Read Self-Inflicted Wounds: Heartwarming Tales of Epic Humiliation Online
Authors: Aisha Tyler
Then I fell, and fell hard. And my dignity was never quite the same again.
I developed a crush on a boy my sophomore year so deep-rooted, so epically sweeping,
that it lasted almost the rest of my high school career. It was like an emotional
tumor, worming its way into every part of my thoughts and affecting all of my behaviors,
turning me from a bookish artsy weirdo into a bookish artsy weirdo who stared at points
mid-distance for hours and generally acted one thousand times weirder than she ever
had prior. This crush was so big and all-consuming that almost immediately, everyone
I knew, and shortly after that, everyone in my school,
5
knew about this humiliating and totally debilitating crush. It was tragic on an operatic
scale, and there was nothing I could do to stop it. I had taken my elementary school
crush, multiplied it by my now much larger bra size, and given it fangs.
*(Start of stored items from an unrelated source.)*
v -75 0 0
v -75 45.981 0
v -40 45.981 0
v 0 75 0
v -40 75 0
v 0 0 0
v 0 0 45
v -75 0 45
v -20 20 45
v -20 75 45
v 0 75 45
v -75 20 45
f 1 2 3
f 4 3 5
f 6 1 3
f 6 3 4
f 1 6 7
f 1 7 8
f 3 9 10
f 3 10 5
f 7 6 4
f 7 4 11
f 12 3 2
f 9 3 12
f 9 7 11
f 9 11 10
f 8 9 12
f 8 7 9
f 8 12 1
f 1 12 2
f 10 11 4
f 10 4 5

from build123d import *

# Parameters (mm, degrees)
EXTRUDE1_DEPTH = 75
EXTRUDE2_DEPTH = 75


with BuildPart() as part:
    # Sketch1 → Extrude1 (new body)
    with BuildSketch(Plane(origin=(0, 0, 0), x_dir=(1, 0, 0), z_dir=(0, 1, 0))):
        Polygon((0, 0), (0, -45), (-20, -45), (-40, 0), align=None)
    extrude(amount=EXTRUDE1_DEPTH)

    # Sketch2 → Extrude2 (add)
    with BuildSketch(Plane(origin=(0, 0, 0), x_dir=(0, 0, -1), z_dir=(1, 0, 0))):
        Polygon((-45, 20), (-45, 0), (0, 0), (0, 45.980762114), align=None)
    extrude(amount=-EXTRUDE2_DEPTH)


solid = part.part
When you are a teenager, and you like someone, it takes over everything. It is all
you can think about when you wake up, and the last thing you reflect on when you fall
asleep. Everything reminds you of them: your schoolbooks. Your favorite television
show. Walking. Food. Air. Being.
If there was a way to bottle the chemicals produced by a teenager’s brain when they
have a crush on someone, and we could weaponize it, turn it into some kind of aerosol
of want, we could end world war, eliminate poverty, and create a race of super-dedicated
athletes focused on world domination. If we could distill and control the unfathomable
focus with which teenage girls obsess about the boy they like, turn it into a pill,
and give it to everyone, we could solve all of humanity’s problems in a matter of
days.
Teenagers, however, would never, ever, finish their homework.
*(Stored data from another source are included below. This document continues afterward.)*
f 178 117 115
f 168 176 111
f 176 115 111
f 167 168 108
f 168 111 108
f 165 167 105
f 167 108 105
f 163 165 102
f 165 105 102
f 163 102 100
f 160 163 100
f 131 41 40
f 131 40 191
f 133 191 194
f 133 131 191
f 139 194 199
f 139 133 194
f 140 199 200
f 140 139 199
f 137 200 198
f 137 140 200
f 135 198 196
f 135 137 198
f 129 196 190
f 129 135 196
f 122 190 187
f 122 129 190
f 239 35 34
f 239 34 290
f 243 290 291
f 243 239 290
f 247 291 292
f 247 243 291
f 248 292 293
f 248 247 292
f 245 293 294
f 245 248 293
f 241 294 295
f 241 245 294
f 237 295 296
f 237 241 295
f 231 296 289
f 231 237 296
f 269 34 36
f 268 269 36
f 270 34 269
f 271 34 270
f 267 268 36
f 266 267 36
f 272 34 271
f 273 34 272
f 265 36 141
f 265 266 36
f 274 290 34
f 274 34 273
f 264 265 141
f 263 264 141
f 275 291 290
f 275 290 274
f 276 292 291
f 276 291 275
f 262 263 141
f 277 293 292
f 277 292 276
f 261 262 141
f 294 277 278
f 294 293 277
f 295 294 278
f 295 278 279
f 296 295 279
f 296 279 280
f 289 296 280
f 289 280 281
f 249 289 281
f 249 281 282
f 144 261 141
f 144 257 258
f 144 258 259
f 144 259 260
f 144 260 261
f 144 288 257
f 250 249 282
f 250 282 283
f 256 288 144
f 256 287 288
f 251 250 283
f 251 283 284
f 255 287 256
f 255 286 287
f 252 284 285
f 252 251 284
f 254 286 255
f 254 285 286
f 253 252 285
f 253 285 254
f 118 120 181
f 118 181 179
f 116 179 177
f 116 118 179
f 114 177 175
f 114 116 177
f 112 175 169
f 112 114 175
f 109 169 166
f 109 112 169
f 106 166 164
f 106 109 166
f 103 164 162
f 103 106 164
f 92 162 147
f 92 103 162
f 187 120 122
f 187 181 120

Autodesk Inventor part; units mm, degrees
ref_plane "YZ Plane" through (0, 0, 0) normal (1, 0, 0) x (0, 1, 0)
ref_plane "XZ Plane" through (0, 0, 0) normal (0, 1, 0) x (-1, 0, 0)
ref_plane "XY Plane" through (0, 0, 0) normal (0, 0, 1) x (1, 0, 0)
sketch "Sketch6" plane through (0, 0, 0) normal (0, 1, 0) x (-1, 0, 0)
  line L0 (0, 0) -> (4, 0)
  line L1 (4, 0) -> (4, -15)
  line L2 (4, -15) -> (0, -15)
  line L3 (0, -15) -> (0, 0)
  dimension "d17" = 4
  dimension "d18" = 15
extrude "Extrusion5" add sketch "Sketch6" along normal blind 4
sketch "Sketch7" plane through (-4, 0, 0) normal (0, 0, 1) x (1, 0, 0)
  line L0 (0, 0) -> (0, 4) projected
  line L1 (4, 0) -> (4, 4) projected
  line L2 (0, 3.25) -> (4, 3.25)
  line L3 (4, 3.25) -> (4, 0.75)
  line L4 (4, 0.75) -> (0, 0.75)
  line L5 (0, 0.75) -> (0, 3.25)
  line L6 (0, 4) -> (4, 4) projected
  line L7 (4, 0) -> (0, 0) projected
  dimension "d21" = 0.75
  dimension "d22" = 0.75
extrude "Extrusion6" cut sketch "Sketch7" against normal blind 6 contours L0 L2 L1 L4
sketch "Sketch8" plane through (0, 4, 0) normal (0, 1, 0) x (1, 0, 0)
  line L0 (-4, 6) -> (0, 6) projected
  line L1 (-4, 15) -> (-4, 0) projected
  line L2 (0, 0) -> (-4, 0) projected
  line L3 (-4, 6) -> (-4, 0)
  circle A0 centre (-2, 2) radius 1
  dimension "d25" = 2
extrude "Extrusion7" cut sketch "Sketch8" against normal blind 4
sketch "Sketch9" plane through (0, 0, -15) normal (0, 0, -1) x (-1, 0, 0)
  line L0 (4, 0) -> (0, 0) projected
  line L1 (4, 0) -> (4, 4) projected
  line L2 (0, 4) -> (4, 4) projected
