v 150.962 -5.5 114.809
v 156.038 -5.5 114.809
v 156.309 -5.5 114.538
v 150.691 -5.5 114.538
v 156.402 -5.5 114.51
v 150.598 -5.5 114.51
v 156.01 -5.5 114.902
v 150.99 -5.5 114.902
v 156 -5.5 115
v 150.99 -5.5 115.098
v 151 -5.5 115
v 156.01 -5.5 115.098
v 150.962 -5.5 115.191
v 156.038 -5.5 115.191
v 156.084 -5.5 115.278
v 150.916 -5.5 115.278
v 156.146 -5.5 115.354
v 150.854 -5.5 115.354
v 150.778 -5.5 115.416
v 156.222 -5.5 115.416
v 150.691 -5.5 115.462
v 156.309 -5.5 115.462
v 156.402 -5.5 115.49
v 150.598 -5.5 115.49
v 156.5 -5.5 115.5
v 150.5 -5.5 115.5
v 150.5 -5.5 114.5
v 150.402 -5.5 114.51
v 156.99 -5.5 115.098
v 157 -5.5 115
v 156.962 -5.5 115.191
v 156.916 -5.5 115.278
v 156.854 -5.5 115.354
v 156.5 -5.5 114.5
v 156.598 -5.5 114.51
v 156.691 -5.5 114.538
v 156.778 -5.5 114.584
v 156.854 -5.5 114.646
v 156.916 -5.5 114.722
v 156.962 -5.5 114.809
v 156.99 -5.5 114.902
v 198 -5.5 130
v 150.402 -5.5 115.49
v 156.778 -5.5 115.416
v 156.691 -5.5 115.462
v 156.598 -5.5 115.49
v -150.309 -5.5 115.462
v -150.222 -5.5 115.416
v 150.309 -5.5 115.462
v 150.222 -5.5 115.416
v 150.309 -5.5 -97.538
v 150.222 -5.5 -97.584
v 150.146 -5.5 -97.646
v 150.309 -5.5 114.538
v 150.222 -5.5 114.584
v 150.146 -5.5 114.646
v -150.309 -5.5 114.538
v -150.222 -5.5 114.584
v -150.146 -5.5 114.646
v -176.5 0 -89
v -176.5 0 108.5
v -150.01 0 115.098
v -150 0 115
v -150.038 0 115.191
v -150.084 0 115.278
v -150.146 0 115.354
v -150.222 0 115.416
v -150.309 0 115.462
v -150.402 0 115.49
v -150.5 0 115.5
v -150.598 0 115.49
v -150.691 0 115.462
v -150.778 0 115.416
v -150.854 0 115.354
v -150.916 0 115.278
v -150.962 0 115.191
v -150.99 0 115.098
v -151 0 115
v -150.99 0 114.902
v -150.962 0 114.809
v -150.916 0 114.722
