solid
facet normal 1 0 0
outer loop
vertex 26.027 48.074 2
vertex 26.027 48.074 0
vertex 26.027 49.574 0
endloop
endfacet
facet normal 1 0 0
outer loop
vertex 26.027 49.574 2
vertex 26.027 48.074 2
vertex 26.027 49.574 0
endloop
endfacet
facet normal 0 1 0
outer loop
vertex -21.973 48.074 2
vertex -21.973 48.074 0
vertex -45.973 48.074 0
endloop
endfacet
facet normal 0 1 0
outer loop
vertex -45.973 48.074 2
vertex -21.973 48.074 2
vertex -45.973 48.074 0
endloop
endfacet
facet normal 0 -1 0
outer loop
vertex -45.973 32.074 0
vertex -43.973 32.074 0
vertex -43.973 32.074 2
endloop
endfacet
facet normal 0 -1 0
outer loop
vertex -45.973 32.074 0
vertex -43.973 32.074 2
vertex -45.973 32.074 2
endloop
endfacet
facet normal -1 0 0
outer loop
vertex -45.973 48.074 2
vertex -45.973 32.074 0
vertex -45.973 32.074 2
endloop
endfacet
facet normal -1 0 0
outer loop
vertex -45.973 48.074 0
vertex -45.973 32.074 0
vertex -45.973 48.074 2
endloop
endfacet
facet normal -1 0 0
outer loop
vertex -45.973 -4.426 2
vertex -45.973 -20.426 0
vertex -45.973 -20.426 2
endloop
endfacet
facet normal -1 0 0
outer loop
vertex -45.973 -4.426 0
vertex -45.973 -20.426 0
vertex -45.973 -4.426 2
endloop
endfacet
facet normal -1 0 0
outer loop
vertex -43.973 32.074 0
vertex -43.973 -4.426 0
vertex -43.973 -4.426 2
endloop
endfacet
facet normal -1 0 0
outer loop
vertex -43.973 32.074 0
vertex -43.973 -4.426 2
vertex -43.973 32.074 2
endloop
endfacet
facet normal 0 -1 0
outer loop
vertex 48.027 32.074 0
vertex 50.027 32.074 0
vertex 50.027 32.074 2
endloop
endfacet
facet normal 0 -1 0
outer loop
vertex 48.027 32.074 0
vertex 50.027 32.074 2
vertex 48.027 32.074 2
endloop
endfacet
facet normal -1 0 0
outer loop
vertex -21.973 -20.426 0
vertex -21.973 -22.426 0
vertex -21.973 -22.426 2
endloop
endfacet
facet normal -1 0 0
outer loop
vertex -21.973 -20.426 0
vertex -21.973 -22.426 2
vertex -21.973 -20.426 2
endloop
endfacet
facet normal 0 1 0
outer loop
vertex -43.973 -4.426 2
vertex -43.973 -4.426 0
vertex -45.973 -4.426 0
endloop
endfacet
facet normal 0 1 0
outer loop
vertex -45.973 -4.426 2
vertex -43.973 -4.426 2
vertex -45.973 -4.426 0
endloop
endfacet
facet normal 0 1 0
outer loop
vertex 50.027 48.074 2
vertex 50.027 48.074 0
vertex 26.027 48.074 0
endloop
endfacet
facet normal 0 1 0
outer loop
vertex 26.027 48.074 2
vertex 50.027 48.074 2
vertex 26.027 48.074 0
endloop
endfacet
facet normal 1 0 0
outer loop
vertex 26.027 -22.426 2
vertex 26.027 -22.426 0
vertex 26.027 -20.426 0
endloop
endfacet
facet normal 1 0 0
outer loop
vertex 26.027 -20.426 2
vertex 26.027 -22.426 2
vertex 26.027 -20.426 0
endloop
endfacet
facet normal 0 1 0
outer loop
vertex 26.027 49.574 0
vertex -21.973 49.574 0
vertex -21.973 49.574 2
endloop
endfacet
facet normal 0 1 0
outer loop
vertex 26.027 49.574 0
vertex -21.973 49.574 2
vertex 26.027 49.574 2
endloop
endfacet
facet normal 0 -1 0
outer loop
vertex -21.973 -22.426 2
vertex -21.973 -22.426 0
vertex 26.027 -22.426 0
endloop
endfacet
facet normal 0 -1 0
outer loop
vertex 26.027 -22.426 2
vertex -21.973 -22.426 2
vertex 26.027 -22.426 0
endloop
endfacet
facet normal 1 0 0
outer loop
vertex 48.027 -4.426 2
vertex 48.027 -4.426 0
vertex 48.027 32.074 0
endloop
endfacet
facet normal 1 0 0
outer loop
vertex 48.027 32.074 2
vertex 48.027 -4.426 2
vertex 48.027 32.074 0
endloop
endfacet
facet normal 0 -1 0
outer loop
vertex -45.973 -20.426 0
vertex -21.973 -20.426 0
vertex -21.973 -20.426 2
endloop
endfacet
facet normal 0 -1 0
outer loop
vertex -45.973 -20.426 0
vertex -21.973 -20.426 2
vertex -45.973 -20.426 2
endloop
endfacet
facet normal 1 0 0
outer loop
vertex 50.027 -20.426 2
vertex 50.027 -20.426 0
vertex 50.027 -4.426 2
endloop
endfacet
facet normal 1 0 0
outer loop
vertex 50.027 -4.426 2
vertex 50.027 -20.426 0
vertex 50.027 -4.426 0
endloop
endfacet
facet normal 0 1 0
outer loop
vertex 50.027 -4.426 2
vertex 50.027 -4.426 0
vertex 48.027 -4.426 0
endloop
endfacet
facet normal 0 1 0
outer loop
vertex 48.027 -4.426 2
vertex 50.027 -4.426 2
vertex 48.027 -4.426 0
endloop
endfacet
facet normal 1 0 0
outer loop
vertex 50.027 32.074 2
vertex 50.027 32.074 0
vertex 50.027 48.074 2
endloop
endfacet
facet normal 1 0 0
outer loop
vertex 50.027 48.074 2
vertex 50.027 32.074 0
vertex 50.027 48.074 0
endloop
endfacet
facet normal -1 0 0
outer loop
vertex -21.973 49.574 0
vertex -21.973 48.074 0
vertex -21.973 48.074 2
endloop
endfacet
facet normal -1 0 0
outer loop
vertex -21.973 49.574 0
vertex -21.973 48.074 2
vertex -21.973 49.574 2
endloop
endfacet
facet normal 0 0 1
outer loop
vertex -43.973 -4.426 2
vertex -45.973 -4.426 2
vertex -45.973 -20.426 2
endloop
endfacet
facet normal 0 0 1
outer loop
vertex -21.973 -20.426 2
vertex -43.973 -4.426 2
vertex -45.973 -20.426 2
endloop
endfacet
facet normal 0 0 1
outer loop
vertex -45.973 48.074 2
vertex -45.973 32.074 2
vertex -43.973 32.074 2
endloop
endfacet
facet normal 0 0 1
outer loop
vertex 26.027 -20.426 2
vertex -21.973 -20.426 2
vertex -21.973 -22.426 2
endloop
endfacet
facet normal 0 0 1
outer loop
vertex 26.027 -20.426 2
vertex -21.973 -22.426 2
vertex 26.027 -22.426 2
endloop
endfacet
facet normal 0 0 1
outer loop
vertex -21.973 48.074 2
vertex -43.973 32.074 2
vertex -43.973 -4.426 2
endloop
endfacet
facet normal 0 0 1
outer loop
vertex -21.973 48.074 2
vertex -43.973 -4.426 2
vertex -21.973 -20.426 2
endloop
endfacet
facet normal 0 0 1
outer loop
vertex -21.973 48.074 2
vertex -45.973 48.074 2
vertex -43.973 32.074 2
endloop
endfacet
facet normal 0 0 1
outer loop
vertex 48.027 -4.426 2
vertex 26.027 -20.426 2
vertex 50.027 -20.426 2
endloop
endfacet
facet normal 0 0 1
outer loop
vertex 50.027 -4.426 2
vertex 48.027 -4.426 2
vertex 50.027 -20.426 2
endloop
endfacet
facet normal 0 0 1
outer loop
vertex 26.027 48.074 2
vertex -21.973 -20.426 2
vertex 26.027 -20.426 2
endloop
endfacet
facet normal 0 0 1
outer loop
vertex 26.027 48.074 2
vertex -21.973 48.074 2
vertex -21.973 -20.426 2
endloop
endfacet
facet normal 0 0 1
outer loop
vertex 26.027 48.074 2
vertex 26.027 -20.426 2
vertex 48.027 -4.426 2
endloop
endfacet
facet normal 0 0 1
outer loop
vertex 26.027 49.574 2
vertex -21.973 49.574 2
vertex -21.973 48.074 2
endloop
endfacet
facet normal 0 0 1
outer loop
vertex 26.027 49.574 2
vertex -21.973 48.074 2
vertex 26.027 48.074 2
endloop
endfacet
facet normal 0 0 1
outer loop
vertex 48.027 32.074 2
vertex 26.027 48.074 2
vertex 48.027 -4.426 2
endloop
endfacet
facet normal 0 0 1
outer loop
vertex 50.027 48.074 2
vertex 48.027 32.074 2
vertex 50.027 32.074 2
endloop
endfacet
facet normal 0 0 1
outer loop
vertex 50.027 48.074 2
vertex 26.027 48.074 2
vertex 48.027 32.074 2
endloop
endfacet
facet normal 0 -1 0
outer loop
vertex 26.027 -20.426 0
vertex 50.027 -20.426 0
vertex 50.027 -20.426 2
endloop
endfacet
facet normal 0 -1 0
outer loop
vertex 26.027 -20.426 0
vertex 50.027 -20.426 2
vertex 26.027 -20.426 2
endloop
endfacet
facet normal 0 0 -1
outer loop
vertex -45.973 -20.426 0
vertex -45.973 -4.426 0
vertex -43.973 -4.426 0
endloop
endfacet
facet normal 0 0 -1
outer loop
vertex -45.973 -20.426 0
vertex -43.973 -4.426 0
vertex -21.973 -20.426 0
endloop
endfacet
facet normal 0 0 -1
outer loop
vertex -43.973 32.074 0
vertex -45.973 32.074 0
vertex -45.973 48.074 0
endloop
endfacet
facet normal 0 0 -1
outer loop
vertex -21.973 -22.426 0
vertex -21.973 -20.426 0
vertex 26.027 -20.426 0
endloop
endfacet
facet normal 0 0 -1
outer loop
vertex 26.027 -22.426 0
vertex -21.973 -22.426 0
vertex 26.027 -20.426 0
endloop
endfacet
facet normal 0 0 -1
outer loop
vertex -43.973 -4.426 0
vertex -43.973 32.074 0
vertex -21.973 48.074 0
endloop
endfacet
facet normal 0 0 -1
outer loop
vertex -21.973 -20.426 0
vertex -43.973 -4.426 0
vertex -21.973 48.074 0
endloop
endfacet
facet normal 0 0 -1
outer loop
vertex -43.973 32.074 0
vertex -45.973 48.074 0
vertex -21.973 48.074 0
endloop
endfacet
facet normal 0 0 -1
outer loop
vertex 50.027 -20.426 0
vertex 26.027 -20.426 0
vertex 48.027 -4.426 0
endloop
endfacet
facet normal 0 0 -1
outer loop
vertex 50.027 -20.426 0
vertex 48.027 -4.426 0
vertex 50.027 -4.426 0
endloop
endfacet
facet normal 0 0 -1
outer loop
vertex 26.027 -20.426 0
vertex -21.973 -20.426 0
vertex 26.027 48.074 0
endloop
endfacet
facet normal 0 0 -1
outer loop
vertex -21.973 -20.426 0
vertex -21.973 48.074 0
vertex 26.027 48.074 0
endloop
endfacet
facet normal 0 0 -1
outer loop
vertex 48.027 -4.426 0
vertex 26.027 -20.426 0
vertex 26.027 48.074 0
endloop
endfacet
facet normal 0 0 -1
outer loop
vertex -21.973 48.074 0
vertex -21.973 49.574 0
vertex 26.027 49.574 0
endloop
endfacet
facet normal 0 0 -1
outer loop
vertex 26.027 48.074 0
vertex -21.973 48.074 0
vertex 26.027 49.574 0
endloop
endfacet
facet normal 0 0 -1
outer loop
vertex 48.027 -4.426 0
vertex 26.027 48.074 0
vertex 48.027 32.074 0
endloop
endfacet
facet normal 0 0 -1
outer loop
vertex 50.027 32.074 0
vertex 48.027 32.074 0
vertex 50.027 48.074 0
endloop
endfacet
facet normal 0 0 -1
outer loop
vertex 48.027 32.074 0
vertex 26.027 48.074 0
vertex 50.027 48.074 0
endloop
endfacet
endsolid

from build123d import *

# Parameters (mm, degrees)
SKETCH_1_W          = 96
SKETCH_1_H          = 72
EXTRUDE_1_DEPTH     = 2
SKETCH_2_W          = 24
SKETCH_2_H          = 2
CUT_EXTRUDE_1_DEPTH = 3
SKETCH_3_W          = 2
SKETCH_3_H          = 36.5
CUT_EXTRUDE_2_DEPTH = 3
SKETCH_4_W          = 2
SKETCH_4_H          = 36.5
CUT_EXTRUDE_3_DEPTH = 3


with BuildPart() as part:
    # ｽｹｯﾁ1 → ﾎﾞｽ - 押し出し1 (new body)
    with BuildSketch(Plane.XY):
        with Locations((2.027244426, 13.573770492)):
            Rectangle(SKETCH_1_W, SKETCH_1_H)
    extrude(amount=EXTRUDE_1_DEPTH)

    # ｽｹｯﾁ2 → ｶｯﾄ - 押し出し1 (cut, through all)
    with BuildSketch(Plane(origin=(0, 0, 0), x_dir=(-1, 0, 0), z_dir=(0, 0, -1))):
        with Locations((33.972755574, -21.426229508)):
            Rectangle(SKETCH_2_W, SKETCH_2_H)
        with Locations((-38.027244426, -21.426229508)):
            Rectangle(SKETCH_2_W, SKETCH_2_H)
        with Locations((33.972755574, 49.073770492)):
            Rectangle(SKETCH_2_W, SKETCH_2_H)
        with Locations((-38.027244426, 49.073770492)):
            Rectangle(SKETCH_2_W, SKETCH_2_H)
    extrude(amount=-CUT_EXTRUDE_1_DEPTH, mode=Mode.SUBTRACT)

    # ｽｹｯﾁ3 → ｶｯﾄ - 押し出し2 (cut, through all)
    with BuildSketch(Plane(origin=(0, 0, 0), x_dir=(-1, 0, 0), z_dir=(0, 0, -1))):
        with Locations((44.972755574, 13.823770492)):
            Rectangle(SKETCH_3_W, SKETCH_3_H)
    extrude(amount=-CUT_EXTRUDE_2_DEPTH, mode=Mode.SUBTRACT)

    # ｽｹｯﾁ4 → ｶｯﾄ - 押し出し3 (cut, through all)
    with BuildSketch(Plane(origin=(0, 0, 0), x_dir=(-1, 0, 0), z_dir=(0, 0, -1))):
        with Locations((-49.027244426, 13.823770492)):
            Rectangle(SKETCH_4_W, SKETCH_4_H)
    extrude(amount=-CUT_EXTRUDE_3_DEPTH, mode=Mode.SUBTRACT)


solid = part.part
I could not think. I could not function. I could not sit still in class or hold a
conversation. I could not eat (and, as previously noted, I
love
to eat). I couldn’t be a person. I was, for all intents and purposes, very, very
sick.
6
And the more I realized that I was embarrassing myself, oddly, the less I cared.
That is the thing about humiliation; if you eat enough of it, it starts to taste like
normal. Once you have endured the worst embarrassment you can think of, and you have
lived, the next sling or arrow is nothing. You have formed a psychic callus over your
soul, and now nothing can touch you. The world is your oyster.
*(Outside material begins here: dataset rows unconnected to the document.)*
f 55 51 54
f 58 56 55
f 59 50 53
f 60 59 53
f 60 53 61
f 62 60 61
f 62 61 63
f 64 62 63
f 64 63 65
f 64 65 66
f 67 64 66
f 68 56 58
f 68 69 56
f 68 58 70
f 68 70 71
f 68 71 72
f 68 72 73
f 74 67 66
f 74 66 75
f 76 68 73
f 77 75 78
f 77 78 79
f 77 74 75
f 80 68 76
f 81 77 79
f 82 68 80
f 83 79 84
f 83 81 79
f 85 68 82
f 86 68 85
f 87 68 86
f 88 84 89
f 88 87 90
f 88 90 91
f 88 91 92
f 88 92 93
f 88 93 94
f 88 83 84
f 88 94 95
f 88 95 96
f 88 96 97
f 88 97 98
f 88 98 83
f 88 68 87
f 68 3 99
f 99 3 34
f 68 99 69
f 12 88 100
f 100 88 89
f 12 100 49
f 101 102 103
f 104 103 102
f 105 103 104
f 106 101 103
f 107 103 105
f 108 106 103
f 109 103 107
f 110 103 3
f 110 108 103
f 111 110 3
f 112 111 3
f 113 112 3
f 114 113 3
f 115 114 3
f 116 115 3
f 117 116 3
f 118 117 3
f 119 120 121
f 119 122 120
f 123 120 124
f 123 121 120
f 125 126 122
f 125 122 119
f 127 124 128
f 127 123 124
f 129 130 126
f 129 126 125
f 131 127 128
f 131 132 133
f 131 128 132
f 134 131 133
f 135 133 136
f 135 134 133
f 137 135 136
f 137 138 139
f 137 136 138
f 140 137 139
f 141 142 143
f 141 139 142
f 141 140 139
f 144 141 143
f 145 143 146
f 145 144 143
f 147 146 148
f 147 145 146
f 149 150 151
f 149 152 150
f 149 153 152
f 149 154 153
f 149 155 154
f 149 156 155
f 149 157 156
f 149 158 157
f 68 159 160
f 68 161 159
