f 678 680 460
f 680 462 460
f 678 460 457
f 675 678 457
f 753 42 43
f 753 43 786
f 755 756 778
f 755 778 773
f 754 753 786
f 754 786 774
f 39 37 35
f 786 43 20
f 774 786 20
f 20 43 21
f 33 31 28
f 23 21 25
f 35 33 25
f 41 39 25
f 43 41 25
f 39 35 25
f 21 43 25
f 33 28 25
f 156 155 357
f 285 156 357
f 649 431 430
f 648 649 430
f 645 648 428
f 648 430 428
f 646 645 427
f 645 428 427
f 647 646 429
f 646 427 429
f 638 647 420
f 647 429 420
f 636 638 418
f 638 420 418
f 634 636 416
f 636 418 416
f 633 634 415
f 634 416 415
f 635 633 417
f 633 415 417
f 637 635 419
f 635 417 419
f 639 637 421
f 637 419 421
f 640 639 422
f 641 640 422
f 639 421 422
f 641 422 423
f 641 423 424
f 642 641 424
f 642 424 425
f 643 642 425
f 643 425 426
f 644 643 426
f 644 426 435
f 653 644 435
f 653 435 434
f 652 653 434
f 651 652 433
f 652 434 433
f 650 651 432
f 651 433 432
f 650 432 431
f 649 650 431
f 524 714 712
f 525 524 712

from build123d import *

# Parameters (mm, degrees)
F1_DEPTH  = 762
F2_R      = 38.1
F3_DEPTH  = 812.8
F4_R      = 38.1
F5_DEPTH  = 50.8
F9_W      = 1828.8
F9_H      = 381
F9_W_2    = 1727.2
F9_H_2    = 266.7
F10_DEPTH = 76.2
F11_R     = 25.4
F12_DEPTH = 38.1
Your aloof, humiliating, affection-rejecting oyster.
This boy was not requiting my crush in any way. He did not like me in the way that
I liked him. We had mutual friends, and so he was serviceably polite to me, and, at
his best moments, tolerated me, which to a teenage girl is tantamount to a marriage
proposal,
7
but that was cold and fleeting comfort. Based on a few well-placed and workmanlike
interactions over time, I was able to fan the flame of this emotional tragedy for
a couple of years, as my friends, acquaintances, and the general population of my
high school marveled at both my infinite stamina, and my infinite sadness.
I can’t say exactly why I was crushing so hard, and honestly, it’s irrelevant. It
does not matter what was wonderful about the boy. When we are crushing on someone,
they are a swirling blur of dimples and crooked smiles, hair flips and skateboard
tricks. They make us feel drunk, confused, outside of our bodies. They are a small
planet, drawing us in with invisible gravitational force. But when we look back, we
can’t figure out what specifically made them so alluring. Sometimes we can’t even
remember why we thought they were awesome in the first place. That’s the thing about
crushes. They are magic. Terrible, dark, evil magic.
Eventually the crush faded, as it had to. The heart can only take so much rejection,
or, in my case, total indifference. Plus I had shit to do. I couldn’t just sit around
pulling petals out of flowers and making cootie-catchers for the rest of my life.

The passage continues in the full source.